When someone breaks a promise, notice how they handle it.
Do they take responsibility and make it right, or do they offer another promise as a replacement?
The answer tells you whether real change is coming.
10. Your Boundaries Are Constantly Pushed
Setting a boundary is not the end of the conversation for someone who wants to use you; it is just the beginning of negotiation.
They test, push, argue, and sometimes just quietly ignore what you said until you give in.
Boundaries exist to protect your comfort, your values, and your energy.
When someone treats your limits as suggestions rather than real lines, they are prioritizing their own wants over your well-being without apology.
You do not owe anyone an explanation for your limits.
A simple, firm no is a complete sentence.
Surround yourself with people who respect your boundaries on the first ask, not after the third argument or the fifth reminder.
11. You Feel Exhausted After Spending Time With Them
Some people leave you feeling energized and happy after you spend time together.
Others leave you feeling like you just ran an emotional marathon without any training.
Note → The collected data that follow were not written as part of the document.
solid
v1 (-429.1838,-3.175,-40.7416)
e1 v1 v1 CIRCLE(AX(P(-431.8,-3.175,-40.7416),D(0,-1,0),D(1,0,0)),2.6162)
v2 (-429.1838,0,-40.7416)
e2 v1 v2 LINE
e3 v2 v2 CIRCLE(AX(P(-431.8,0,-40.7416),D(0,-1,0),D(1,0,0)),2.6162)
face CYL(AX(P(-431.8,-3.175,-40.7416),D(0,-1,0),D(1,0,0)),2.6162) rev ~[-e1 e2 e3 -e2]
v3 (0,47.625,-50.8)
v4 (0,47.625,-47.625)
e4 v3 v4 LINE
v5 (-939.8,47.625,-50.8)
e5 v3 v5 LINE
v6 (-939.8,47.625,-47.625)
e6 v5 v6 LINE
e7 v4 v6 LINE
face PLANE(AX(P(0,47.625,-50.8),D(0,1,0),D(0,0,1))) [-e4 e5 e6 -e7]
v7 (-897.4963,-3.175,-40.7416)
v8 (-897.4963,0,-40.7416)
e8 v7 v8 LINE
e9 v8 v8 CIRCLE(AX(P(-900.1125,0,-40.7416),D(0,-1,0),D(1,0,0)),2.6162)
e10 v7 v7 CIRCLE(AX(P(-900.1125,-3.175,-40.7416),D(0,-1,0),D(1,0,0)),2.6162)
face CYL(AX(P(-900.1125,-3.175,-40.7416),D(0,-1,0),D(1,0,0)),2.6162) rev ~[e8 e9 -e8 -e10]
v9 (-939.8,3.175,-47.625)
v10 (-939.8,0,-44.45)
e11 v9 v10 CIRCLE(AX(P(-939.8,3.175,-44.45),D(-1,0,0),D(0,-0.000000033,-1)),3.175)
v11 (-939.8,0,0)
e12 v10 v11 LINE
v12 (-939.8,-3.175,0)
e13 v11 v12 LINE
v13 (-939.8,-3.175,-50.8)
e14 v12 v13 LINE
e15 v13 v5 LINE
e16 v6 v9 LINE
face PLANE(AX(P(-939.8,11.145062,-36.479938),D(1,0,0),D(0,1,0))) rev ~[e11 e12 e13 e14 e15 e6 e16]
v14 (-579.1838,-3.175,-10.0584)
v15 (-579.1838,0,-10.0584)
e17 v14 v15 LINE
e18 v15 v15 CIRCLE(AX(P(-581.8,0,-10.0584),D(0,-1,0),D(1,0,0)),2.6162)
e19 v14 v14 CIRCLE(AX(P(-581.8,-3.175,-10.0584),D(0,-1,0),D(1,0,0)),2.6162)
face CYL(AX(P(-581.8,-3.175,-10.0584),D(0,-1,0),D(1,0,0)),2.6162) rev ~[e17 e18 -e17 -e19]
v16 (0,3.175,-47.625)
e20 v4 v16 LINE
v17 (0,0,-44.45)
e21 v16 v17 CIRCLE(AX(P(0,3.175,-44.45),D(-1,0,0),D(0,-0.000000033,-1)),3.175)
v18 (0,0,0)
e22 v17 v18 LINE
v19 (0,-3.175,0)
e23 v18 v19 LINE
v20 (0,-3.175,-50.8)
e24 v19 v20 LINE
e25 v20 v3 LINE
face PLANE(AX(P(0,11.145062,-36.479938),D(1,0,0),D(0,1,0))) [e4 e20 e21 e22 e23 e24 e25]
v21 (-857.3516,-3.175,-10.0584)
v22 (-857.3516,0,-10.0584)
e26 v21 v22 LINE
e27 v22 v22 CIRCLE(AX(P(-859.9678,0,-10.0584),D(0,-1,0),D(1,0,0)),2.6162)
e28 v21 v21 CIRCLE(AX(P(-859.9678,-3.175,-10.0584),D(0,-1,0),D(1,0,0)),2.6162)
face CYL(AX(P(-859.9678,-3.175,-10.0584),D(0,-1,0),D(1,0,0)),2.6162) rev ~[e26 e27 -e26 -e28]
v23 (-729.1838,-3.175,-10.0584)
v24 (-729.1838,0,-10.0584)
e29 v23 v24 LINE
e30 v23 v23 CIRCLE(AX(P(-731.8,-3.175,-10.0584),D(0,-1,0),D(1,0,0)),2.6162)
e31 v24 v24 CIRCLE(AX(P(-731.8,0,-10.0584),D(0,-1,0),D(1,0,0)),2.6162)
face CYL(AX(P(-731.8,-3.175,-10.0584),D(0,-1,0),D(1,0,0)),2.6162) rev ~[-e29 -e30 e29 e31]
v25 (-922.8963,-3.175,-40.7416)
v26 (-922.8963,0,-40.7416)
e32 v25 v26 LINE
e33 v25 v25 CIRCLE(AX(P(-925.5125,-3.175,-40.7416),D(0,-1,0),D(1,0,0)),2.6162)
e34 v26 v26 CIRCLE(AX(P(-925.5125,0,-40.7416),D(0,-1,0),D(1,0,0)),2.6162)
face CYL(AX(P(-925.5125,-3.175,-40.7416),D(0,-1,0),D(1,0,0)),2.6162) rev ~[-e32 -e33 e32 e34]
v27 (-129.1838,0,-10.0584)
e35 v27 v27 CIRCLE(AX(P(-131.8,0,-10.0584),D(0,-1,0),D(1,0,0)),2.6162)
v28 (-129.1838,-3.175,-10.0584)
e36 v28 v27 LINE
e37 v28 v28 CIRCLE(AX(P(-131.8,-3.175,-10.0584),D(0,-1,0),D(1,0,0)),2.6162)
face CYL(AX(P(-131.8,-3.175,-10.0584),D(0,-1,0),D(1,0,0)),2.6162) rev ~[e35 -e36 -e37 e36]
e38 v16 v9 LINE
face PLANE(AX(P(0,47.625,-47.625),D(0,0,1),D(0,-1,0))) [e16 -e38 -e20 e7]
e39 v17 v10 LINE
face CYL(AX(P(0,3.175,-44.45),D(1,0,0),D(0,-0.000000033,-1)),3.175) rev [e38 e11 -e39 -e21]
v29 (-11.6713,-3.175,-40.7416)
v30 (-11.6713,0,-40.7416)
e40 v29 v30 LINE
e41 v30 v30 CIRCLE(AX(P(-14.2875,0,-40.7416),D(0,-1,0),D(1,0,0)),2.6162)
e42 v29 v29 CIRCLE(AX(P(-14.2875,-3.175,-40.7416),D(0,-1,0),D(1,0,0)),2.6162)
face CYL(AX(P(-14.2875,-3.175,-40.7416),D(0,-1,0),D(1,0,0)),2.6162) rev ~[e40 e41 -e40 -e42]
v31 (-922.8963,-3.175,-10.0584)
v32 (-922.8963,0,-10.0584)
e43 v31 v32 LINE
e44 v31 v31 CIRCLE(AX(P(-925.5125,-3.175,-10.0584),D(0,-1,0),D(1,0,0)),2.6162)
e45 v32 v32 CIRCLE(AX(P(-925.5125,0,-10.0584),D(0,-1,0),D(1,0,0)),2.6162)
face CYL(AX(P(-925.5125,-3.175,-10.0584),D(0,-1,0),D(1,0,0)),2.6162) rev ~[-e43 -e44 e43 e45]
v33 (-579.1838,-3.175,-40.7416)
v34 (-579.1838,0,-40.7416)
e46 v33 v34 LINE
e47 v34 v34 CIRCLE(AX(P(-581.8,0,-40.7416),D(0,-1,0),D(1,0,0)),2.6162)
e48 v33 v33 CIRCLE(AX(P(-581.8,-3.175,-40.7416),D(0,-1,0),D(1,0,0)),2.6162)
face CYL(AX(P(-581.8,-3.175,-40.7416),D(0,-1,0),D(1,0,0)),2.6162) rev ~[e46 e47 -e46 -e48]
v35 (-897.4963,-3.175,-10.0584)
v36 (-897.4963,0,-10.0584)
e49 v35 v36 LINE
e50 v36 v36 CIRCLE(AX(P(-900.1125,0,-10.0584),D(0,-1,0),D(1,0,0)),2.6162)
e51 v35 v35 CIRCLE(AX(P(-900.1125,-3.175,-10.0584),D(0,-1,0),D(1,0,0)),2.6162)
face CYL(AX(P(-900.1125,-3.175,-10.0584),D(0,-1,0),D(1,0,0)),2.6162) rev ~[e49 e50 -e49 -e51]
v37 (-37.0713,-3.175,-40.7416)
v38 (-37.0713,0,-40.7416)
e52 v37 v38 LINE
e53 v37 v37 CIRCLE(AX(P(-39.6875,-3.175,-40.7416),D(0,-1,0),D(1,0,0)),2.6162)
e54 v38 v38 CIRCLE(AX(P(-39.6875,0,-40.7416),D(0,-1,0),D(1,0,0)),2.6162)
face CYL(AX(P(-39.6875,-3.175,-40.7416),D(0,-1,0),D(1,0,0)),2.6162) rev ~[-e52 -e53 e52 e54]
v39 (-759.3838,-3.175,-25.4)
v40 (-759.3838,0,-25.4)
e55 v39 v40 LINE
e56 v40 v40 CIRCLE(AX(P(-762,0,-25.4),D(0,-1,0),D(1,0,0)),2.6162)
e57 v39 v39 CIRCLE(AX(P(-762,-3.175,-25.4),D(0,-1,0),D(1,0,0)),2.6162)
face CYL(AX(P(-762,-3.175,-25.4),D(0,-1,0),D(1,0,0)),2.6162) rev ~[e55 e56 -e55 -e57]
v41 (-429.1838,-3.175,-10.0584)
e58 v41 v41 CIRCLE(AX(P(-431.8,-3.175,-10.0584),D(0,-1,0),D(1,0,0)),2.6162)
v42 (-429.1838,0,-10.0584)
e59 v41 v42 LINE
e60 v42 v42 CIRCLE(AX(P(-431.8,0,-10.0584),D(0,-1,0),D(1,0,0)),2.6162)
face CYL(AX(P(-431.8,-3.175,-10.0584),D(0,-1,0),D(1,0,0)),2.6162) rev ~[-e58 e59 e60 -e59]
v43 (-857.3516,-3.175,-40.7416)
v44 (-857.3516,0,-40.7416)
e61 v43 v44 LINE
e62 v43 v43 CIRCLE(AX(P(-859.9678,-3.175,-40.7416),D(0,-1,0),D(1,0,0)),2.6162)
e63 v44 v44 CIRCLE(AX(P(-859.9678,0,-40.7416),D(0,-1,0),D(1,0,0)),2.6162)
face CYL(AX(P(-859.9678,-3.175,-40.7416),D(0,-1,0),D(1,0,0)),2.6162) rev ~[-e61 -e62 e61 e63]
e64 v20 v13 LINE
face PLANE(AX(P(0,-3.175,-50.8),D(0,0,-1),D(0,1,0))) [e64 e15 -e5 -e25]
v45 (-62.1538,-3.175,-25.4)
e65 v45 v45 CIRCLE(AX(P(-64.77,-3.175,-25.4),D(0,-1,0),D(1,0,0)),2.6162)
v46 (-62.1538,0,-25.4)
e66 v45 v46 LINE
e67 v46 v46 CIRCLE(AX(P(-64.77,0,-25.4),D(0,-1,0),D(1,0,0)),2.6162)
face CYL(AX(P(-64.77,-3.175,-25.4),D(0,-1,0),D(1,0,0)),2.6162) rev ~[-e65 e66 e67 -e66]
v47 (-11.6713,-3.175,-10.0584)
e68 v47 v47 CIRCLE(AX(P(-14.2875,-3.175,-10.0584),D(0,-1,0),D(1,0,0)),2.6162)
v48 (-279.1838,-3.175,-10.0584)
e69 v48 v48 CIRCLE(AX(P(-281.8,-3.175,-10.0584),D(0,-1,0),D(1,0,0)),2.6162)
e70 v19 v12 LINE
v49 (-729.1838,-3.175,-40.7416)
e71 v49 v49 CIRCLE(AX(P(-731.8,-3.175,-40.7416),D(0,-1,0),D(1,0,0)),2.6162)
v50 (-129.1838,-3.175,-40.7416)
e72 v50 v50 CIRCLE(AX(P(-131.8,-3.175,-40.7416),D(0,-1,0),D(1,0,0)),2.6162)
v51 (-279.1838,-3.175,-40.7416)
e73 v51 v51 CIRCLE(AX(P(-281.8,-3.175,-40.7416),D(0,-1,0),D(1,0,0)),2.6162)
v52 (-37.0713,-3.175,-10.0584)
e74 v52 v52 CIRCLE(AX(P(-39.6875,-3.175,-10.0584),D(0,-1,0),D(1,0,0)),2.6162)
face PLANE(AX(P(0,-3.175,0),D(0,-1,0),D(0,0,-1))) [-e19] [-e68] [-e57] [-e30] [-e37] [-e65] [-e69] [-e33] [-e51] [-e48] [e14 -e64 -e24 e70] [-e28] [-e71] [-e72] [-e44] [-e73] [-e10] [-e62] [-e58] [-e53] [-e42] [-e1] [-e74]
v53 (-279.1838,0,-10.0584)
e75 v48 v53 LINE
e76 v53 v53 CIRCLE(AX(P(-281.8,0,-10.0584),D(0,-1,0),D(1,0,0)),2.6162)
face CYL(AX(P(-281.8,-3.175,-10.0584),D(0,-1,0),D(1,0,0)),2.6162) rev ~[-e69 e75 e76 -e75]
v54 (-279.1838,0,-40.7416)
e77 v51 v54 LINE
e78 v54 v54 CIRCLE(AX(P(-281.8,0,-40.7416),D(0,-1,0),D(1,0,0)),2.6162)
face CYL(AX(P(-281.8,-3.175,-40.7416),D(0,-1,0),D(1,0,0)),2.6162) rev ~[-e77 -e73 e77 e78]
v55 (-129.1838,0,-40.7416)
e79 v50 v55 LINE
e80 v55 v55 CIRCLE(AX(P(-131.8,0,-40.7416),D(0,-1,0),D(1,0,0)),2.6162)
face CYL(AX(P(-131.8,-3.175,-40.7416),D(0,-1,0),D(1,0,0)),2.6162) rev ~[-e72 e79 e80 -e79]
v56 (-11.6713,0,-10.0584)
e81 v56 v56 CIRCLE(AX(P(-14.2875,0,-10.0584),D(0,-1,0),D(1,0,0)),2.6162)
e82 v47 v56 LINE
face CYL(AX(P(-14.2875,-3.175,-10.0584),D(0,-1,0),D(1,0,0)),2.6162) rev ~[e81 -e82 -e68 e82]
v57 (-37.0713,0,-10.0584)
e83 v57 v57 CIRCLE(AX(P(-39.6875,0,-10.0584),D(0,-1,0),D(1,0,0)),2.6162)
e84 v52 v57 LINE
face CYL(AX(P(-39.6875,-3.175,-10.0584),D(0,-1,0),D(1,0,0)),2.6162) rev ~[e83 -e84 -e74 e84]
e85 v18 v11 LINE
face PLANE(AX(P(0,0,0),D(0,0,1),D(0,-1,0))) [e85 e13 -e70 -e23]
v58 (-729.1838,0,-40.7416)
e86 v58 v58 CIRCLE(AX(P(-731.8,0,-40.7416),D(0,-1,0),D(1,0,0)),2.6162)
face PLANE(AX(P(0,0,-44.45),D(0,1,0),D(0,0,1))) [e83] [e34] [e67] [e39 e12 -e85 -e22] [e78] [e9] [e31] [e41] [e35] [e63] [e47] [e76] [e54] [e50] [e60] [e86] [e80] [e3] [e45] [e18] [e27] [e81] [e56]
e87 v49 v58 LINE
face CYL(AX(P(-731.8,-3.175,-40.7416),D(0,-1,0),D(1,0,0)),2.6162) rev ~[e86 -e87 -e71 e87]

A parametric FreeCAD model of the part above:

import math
import FreeCAD as App
import Part
import Sketcher

V = App.Vector
Q = App.Units.Quantity

doc = App.newDocument("Part")
body = doc.addObject("PartDesign::Body", "Body")

sketch1 = doc.addObject("Sketcher::SketchObject", "Sketch")
body.addObject(sketch1)
sketch1.AttachmentSupport = (doc.YZ_Plane, [""])
sketch1.MapMode = "FlatFace"
sketch1.addGeometry([
    Part.LineSegment(V(0, -44.5, 0), V(0, 0, 0)),
    Part.LineSegment(V(0, 0, 0), V(-3.2, 0, 0)),
    Part.LineSegment(V(-3.2, 0, 0), V(-3.2, -50.8, 0)),
    Part.LineSegment(V(-3.2, -50.8, 0), V(47.6, -50.8, 0)),
    Part.LineSegment(V(47.6, -50.8, 0), V(47.6, -47.6, 0)),
    Part.LineSegment(V(47.6, -47.6, 0), V(3.2, -47.6, 0)),
    Part.ArcOfCircle(Part.Circle(V(3.2, -44.4, 0), V(0, 0, 1), 3.2), math.radians(-180), math.radians(-90)),
], False)
sketch1.addConstraint([
    Sketcher.Constraint("Coincident", 0, 2, 1, 1),
    Sketcher.Constraint("Coincident", 1, 2, 2, 1),
    Sketcher.Constraint("Coincident", 2, 2, 3, 1),
    Sketcher.Constraint("Coincident", 3, 2, 4, 1),
    Sketcher.Constraint("Coincident", 4, 2, 5, 1),
    Sketcher.Constraint("Tangent", 5, 2, 6, 2),
    Sketcher.Constraint("Tangent", 6, 1, 0, 1),
    Sketcher.Constraint("Vertical", 0),
    Sketcher.Constraint("Horizontal", 1),
    Sketcher.Constraint("Vertical", 2),
    Sketcher.Constraint("Horizontal", 3),
    Sketcher.Constraint("Vertical", 4),
    Sketcher.Constraint("Horizontal", 5),
    Sketcher.Constraint("Coincident", 0, 2, -1, 1),
    Sketcher.Constraint("Equal", 5, 0),
    Sketcher.Constraint("Equal", 3, 2),
    Sketcher.Constraint("DistanceX", 3, 1, 3, 2, Q("2 in")),
    Sketcher.Constraint("Radius", 6, Q("0.125 in")),
    Sketcher.Constraint("DistanceX", 5, 2, 5, 1, Q("1.75 in")),
])
pad1 = doc.addObject("PartDesign::Pad", "Pad")
body.addObject(pad1)
pad1.Profile = sketch1
pad1.Length = Q("37 in")
pad1.Reversed = True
Constant emotional exhaustion after interactions is a sign that something in the relationship is seriously off-balance.
You might be doing all the emotional heavy lifting, solving their problems, managing their moods, or simply absorbing their negativity without any relief.
That kind of drain is not accidental.
Over time, it chips away at your mental health and your sense of self.
Pay attention to how you feel after spending time with someone.
Your body and your mood are honest reporters, even when your mind wants to make excuses.
12. You Feel Like You Have to Earn Their Approval
Feeling like you are constantly auditioning for someone’s affection is exhausting in a very quiet, grinding way.
You adjust your words, your behavior, and your choices just to keep them happy, and still it never feels like enough.
That constant need to prove yourself is a sign the relationship is built on conditions, not genuine care.
Conditional love says: I value you when you perform.
Unconditional care says: I value you as you are.
Nobody should have to shrink themselves or work overtime just to feel accepted by someone they trust.
Relationships where you feel free to be imperfect, honest, and fully yourself are the ones actually worth keeping close and protecting.